Here it is autumn again, and the pumpkins are appearing. The light is shifting, taking on its golden tinge that strikes me as poignant, because winter is coming. I look forward to the joys of sweaters and candles, chilly mornings, maybe even a jack-o-lantern this year. Beautiful moments to store up in my memory against the darker season that follows.

Because all those moments we remember aren’t really gone—they’ve become part of us. When I think about past marathons and past trips, the moments that stay with me always seem inevitable, as if I can’t imagine not having been to Norway or Dublin, I can’t imagine the Stockholm Marathon of 2012 working out any other way (than bitterly cold and grueling and triumphant).

Sometimes I wish I could freeze time, or I wish I could string all my good memories onto ribbons and hang them with my marathon medals; I wish in looking at pictures I could recreate rather than merely remember, and knowing that I can’t—that I can never again sit in my grandma’s family room eating apple slices with cheese while she dances around in the kitchen, that I am never again going to stand on a stool at my other grandma’s kitchen sink to help her wash dishes while her bread dough rises—it lends sweetness, I think, as well as pain.

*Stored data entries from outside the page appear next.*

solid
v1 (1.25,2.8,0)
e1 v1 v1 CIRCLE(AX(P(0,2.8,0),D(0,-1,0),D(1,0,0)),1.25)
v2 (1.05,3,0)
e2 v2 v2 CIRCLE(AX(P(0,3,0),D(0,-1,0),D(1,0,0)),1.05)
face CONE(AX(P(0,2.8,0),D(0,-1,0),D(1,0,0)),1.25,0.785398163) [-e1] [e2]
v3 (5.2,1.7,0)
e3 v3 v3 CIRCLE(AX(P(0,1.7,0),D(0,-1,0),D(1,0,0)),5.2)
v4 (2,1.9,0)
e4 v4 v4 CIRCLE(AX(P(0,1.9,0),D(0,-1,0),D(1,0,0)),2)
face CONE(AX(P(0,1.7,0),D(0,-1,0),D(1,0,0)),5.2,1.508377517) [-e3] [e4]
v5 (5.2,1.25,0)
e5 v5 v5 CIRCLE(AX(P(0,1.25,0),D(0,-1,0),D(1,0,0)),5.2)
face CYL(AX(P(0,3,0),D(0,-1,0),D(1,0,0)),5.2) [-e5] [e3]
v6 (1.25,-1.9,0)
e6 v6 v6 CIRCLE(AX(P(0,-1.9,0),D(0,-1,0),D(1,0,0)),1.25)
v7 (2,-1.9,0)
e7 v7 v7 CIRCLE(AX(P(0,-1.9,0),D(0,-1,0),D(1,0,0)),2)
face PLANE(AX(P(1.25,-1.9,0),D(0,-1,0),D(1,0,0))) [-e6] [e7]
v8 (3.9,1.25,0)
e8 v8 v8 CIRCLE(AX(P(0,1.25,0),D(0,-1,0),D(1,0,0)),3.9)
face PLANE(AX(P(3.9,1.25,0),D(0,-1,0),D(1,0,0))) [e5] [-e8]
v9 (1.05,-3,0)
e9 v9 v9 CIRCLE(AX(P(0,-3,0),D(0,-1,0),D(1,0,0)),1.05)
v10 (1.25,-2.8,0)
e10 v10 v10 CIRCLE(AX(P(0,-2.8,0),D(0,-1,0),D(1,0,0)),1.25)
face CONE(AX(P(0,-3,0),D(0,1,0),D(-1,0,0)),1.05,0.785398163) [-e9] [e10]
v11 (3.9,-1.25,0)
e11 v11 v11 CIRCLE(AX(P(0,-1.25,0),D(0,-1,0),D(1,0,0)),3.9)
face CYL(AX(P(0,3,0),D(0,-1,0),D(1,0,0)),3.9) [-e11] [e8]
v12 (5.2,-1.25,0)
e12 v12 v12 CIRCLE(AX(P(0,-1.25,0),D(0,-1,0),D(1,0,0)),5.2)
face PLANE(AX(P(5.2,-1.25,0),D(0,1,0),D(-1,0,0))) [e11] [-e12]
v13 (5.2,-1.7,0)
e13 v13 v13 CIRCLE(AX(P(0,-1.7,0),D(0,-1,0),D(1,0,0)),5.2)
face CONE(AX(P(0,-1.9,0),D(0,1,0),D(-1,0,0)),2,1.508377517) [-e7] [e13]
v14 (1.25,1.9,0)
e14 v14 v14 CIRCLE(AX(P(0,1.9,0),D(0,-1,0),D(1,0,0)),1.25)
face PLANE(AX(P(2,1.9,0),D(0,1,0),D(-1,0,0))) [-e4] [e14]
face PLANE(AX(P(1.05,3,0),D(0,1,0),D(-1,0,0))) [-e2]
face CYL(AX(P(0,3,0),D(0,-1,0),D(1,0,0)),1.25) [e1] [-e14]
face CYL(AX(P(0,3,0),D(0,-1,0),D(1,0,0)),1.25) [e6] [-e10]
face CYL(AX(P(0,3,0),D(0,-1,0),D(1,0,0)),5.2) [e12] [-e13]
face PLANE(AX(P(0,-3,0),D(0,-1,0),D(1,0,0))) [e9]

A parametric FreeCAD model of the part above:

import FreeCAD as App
import Part
import Sketcher

V = App.Vector

doc = App.newDocument("Part")
body = doc.addObject("PartDesign::Body", "Body")

# Sketch on XY plane
sketch1 = doc.addObject("Sketcher::SketchObject", "Sketch")
body.addObject(sketch1)
sketch1.AttachmentSupport = (doc.XY_Plane, [""])
sketch1.MapMode = "FlatFace"
sketch1.addGeometry(Part.LineSegment(V(1.05, 3, 0), V(0, 3, 0)), False)
sketch1.addGeometry(Part.LineSegment(V(0, 3, 0), V(0, -3, 0)), False)
sketch1.addGeometry(Part.LineSegment(V(0, -3, 0), V(1.05, -3, 0)), False)
sketch1.addGeometry(Part.LineSegment(V(1.05, -3, 0), V(1.25, -2.8, 0)), False)
sketch1.addGeometry(Part.LineSegment(V(1.25, -2.8, 0), V(1.25, -1.9, 0)), False)
sketch1.addGeometry(Part.LineSegment(V(1.25, -1.9, 0), V(2, -1.9, 0)), False)
sketch1.addGeometry(Part.LineSegment(V(2, -1.9, 0), V(5.2, -1.7, 0)), False)
sketch1.addGeometry(Part.LineSegment(V(5.2, -1.7, 0), V(5.2, -1.25, 0)), False)
sketch1.addGeometry(Part.LineSegment(V(5.2, -1.25, 0), V(3.9, -1.25, 0)), False)
sketch1.addGeometry(Part.LineSegment(V(3.9, -1.25, 0), V(3.9, 1.25, 0)), False)
sketch1.addGeometry(Part.LineSegment(V(3.9, 1.25, 0), V(5.2, 1.25, 0)), False)
sketch1.addGeometry(Part.LineSegment(V(5.2, 1.25, 0), V(5.2, 1.7, 0)), False)
sketch1.addGeometry(Part.LineSegment(V(5.2, 1.7, 0), V(2, 1.9, 0)), False)
sketch1.addGeometry(Part.LineSegment(V(2, 1.9, 0), V(1.25, 1.9, 0)), False)
sketch1.addGeometry(Part.LineSegment(V(1.25, 1.9, 0), V(1.25, 2.8, 0)), False)
sketch1.addGeometry(Part.LineSegment(V(1.25, 2.8, 0), V(1.05, 3, 0)), False)
sketch1.addConstraint(Sketcher.Constraint("Coincident", 0, 2, 1, 1))
sketch1.addConstraint(Sketcher.Constraint("Coincident", 1, 2, 2, 1))
sketch1.addConstraint(Sketcher.Constraint("Coincident", 2, 2, 3, 1))
sketch1.addConstraint(Sketcher.Constraint("Coincident", 3, 2, 4, 1))
sketch1.addConstraint(Sketcher.Constraint("Coincident", 4, 2, 5, 1))
sketch1.addConstraint(Sketcher.Constraint("Coincident", 5, 2, 6, 1))
sketch1.addConstraint(Sketcher.Constraint("Coincident", 6, 2, 7, 1))
sketch1.addConstraint(Sketcher.Constraint("Coincident", 7, 2, 8, 1))
sketch1.addConstraint(Sketcher.Constraint("Coincident", 8, 2, 9, 1))
sketch1.addConstraint(Sketcher.Constraint("Coincident", 9, 2, 10, 1))
sketch1.addConstraint(Sketcher.Constraint("Coincident", 10, 2, 11, 1))
sketch1.addConstraint(Sketcher.Constraint("Coincident", 11, 2, 12, 1))
sketch1.addConstraint(Sketcher.Constraint("Coincident", 12, 2, 13, 1))
sketch1.addConstraint(Sketcher.Constraint("Coincident", 13, 2, 14, 1))
sketch1.addConstraint(Sketcher.Constraint("Coincident", 14, 2, 15, 1))
sketch1.addConstraint(Sketcher.Constraint("Coincident", 15, 2, 0, 1))
sketch1.addConstraint(Sketcher.Constraint("Horizontal", 0))
sketch1.addConstraint(Sketcher.Constraint("Vertical", 1))
sketch1.addConstraint(Sketcher.Constraint("Horizontal", 2))
sketch1.addConstraint(Sketcher.Constraint("Vertical", 4))
sketch1.addConstraint(Sketcher.Constraint("Horizontal", 5))
sketch1.addConstraint(Sketcher.Constraint("Vertical", 7))
sketch1.addConstraint(Sketcher.Constraint("Horizontal", 8))
sketch1.addConstraint(Sketcher.Constraint("Vertical", 9))
sketch1.addConstraint(Sketcher.Constraint("Horizontal", 10))
sketch1.addConstraint(Sketcher.Constraint("Vertical", 11))
sketch1.addConstraint(Sketcher.Constraint("Horizontal", 13))
sketch1.addConstraint(Sketcher.Constraint("Vertical", 14))
sketch1.addConstraint(Sketcher.Constraint("Symmetric", 0, 2, 1, 2, -1, 1))
sketch1.addConstraint(Sketcher.Constraint("Symmetric", 7, 2, 10, 2, -1))
sketch1.addConstraint(Sketcher.Constraint("Symmetric", 5, 2, 12, 2, -1))
sketch1.addConstraint(Sketcher.Constraint("Symmetric", 3, 2, 14, 2, -1))
sketch1.addConstraint(Sketcher.Constraint("Perpendicular", 3, 15))
sketch1.addConstraint(Sketcher.Constraint("Vertical", 2, 2, 15, 2))
sketch1.addConstraint(Sketcher.Constraint("Equal", 7, 11))
sketch1.addConstraint(Sketcher.Constraint("DistanceY", 1, 2, 1, 1, 6.0))
sketch1.addConstraint(Sketcher.Constraint("DistanceX", 8, 2, 8, 1, 1.3))
sketch1.addConstraint(Sketcher.Constraint("DistanceY", 4, 1, 4, 2, 0.9))
sketch1.addConstraint(Sketcher.Constraint("DistanceY", 9, 1, 9, 2, 2.5))
sketch1.addConstraint(Sketcher.Constraint("DistanceX", -1, 1, 5, 2, 2.0))
sketch1.addConstraint(Sketcher.Constraint("DistanceX", 0, 2, 0, 1, 1.05))
sketch1.addConstraint(Sketcher.Constraint("DistanceX", 5, 1, 5, 2, 0.75))
sketch1.addConstraint(Sketcher.Constraint("DistanceY", 7, 1, 7, 2, 0.45))
sketch1.addConstraint(Sketcher.Constraint("DistanceX", -1, 1, 6, 2, 5.2))
revolution = doc.addObject("PartDesign::Revolution", "Revolution")
body.addObject(revolution)
revolution.Profile = sketch1
revolution.ReferenceAxis = (sketch1, ["V_Axis"])
revolution.Angle = 360

doc.recompute()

If I could have the past with me, could I look to the future? Last year’s autumn is gone, and this one is just arriving. Moments have floated away, and new ones have yet to be lived. I am craving that marathon feeling. It’s time to do more than remember what it’s like to cross the finish line. It is time to go out and cross one again.

Whatever happens on September 29th, I expect I’ll find myself watching the “Barefoot Contessa” again in the future, and it may occur to me that once upon a time I had never been to the Hamptons. What?! I had never been to the Hamptons? (Just as I had never been to Iceland or the Netherlands, way back when.) How odd. How almost unimaginable. I may not recognize any of the places Ina goes, and if I want to experience her food, I don’t think I will find it among the postrace refreshments. But I do think her art gives me other moments to look forward to … and future moments, perhaps, of sweet, searing pain.